◆ Work order:
Go through the lines below and copy any that hold the string "BuildSketch".

Dataset entries
* * * *

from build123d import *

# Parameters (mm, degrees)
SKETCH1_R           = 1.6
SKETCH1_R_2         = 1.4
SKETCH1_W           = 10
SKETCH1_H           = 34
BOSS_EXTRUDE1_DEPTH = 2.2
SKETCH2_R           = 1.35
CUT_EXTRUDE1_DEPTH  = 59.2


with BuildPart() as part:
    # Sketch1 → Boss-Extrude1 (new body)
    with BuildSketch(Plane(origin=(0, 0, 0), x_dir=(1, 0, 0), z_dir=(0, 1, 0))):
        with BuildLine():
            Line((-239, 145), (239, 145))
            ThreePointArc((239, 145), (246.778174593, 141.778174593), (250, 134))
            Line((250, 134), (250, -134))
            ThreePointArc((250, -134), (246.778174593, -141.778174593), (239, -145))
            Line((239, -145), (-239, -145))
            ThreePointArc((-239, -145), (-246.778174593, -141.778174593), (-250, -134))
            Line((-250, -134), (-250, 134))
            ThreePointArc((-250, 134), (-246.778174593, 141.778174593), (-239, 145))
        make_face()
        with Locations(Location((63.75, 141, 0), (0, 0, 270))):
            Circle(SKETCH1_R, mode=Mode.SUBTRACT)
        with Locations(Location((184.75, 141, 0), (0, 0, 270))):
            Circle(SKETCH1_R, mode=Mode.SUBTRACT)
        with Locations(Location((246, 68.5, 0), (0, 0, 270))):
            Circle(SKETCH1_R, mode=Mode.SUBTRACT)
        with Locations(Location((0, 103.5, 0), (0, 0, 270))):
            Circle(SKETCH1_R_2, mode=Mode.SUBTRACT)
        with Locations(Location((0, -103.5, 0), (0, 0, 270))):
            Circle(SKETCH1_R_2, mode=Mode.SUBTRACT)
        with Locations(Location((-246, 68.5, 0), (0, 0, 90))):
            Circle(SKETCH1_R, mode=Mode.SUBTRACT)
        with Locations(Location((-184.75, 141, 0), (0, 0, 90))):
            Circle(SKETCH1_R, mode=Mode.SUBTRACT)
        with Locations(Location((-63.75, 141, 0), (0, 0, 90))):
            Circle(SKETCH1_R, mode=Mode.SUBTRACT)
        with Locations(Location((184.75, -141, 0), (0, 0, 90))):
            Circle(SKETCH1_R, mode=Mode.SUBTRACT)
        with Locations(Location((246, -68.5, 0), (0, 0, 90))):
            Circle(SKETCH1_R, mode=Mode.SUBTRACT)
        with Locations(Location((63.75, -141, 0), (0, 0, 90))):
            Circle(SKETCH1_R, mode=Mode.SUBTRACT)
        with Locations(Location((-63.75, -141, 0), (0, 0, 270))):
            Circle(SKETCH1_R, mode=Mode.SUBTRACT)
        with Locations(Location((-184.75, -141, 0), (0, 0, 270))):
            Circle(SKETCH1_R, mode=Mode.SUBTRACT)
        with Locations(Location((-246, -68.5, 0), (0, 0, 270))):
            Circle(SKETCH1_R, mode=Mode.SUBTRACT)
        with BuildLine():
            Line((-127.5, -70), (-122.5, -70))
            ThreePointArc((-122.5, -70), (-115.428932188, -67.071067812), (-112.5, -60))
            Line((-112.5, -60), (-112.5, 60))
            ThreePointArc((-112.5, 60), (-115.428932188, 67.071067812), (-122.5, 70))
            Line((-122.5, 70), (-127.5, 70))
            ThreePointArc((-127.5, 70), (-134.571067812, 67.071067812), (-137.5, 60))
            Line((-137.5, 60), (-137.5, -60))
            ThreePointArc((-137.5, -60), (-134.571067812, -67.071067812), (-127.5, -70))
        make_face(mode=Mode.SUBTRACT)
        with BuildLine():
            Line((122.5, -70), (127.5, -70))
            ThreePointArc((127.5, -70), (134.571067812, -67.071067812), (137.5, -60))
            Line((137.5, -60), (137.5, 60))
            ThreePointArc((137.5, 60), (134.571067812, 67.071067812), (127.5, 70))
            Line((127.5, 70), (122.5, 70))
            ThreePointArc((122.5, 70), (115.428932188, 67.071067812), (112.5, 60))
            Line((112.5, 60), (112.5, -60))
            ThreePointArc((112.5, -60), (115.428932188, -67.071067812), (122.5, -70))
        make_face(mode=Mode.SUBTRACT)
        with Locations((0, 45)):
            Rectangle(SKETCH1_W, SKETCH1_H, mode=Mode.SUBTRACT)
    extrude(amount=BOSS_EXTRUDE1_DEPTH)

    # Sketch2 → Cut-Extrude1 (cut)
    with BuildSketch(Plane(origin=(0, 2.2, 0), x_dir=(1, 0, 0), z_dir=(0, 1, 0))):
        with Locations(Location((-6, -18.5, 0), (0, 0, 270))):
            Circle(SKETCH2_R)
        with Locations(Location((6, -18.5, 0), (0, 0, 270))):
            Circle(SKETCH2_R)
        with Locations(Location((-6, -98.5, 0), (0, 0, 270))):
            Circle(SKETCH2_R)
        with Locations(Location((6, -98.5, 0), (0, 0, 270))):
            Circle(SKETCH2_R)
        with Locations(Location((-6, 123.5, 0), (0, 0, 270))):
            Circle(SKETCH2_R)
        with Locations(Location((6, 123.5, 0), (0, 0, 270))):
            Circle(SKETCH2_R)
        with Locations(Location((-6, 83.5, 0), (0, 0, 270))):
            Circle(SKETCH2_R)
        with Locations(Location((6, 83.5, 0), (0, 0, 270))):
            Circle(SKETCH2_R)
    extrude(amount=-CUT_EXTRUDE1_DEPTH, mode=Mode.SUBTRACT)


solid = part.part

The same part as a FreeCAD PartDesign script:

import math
import FreeCAD as App
import Part
import Sketcher
from FreeCAD import Vector


def add_polygon(sketch, points):
    """Adds a closed chain of lines whose ends are joined by coincident constraints."""
    first, n = sketch.GeometryCount, len(points)
    for a, b in zip(points, points[1:] + points[:1]):
        sketch.addGeometry(Part.LineSegment(App.Vector(*a, 0), App.Vector(*b, 0)), False)
    for i in range(n):
        sketch.addConstraint(Sketcher.Constraint("Coincident", first + i, 2, first + (i + 1) % n, 1))

doc = App.newDocument("Part")
body = doc.addObject("PartDesign::Body", "Body")

sketch1 = doc.addObject("Sketcher::SketchObject", "Sketch")
body.addObject(sketch1)
sketch1.AttachmentSupport = (doc.XZ_Plane, [""])
sketch1.MapMode = "FlatFace"
sketch1.addGeometry(Part.LineSegment(Vector(239, -145, 0), Vector(-239, -145, 0)), False)
sketch1.addGeometry(Part.ArcOfCircle(Part.Circle(Vector(-239, -134, 0), Vector(0, 0, 1), 11), math.radians(180), math.radians(270)), False)
sketch1.addGeometry(Part.LineSegment(Vector(-250, -134, 0), Vector(-250, 134, 0)), False)
sketch1.addGeometry(Part.ArcOfCircle(Part.Circle(Vector(-239, 134, 0), Vector(0, 0, 1), 11), math.radians(90), math.radians(180)), False)
sketch1.addGeometry(Part.LineSegment(Vector(-239, 145, 0), Vector(239, 145, 0)), False)
sketch1.addGeometry(Part.ArcOfCircle(Part.Circle(Vector(239, 134, 0), Vector(0, 0, 1), 11), math.radians(0), math.radians(90)), False)
sketch1.addGeometry(Part.LineSegment(Vector(250, 134, 0), Vector(250, -134, 0)), False)
sketch1.addGeometry(Part.ArcOfCircle(Part.Circle(Vector(239, -134, 0), Vector(0, 0, 1), 11), math.radians(-90), math.radians(0)), False)
sketch1.addGeometry(Part.Circle(Vector(184.75, 141, 0), Vector(0, 0, 1), 1.6), False)
sketch1.addGeometry(Part.Circle(Vector(63.75, 141, 0), Vector(0, 0, 1), 1.6), False)
sketch1.addGeometry(Part.Circle(Vector(246, 68.5, 0), Vector(0, 0, 1), 1.6), False)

* * * *

◆ Reply to the task:
    with BuildSketch(Plane(origin=(0, 0, 0), x_dir=(1, 0, 0), z_dir=(0, 1, 0))):
    with BuildSketch(Plane(origin=(0, 2.2, 0), x_dir=(1, 0, 0), z_dir=(0, 1, 0))):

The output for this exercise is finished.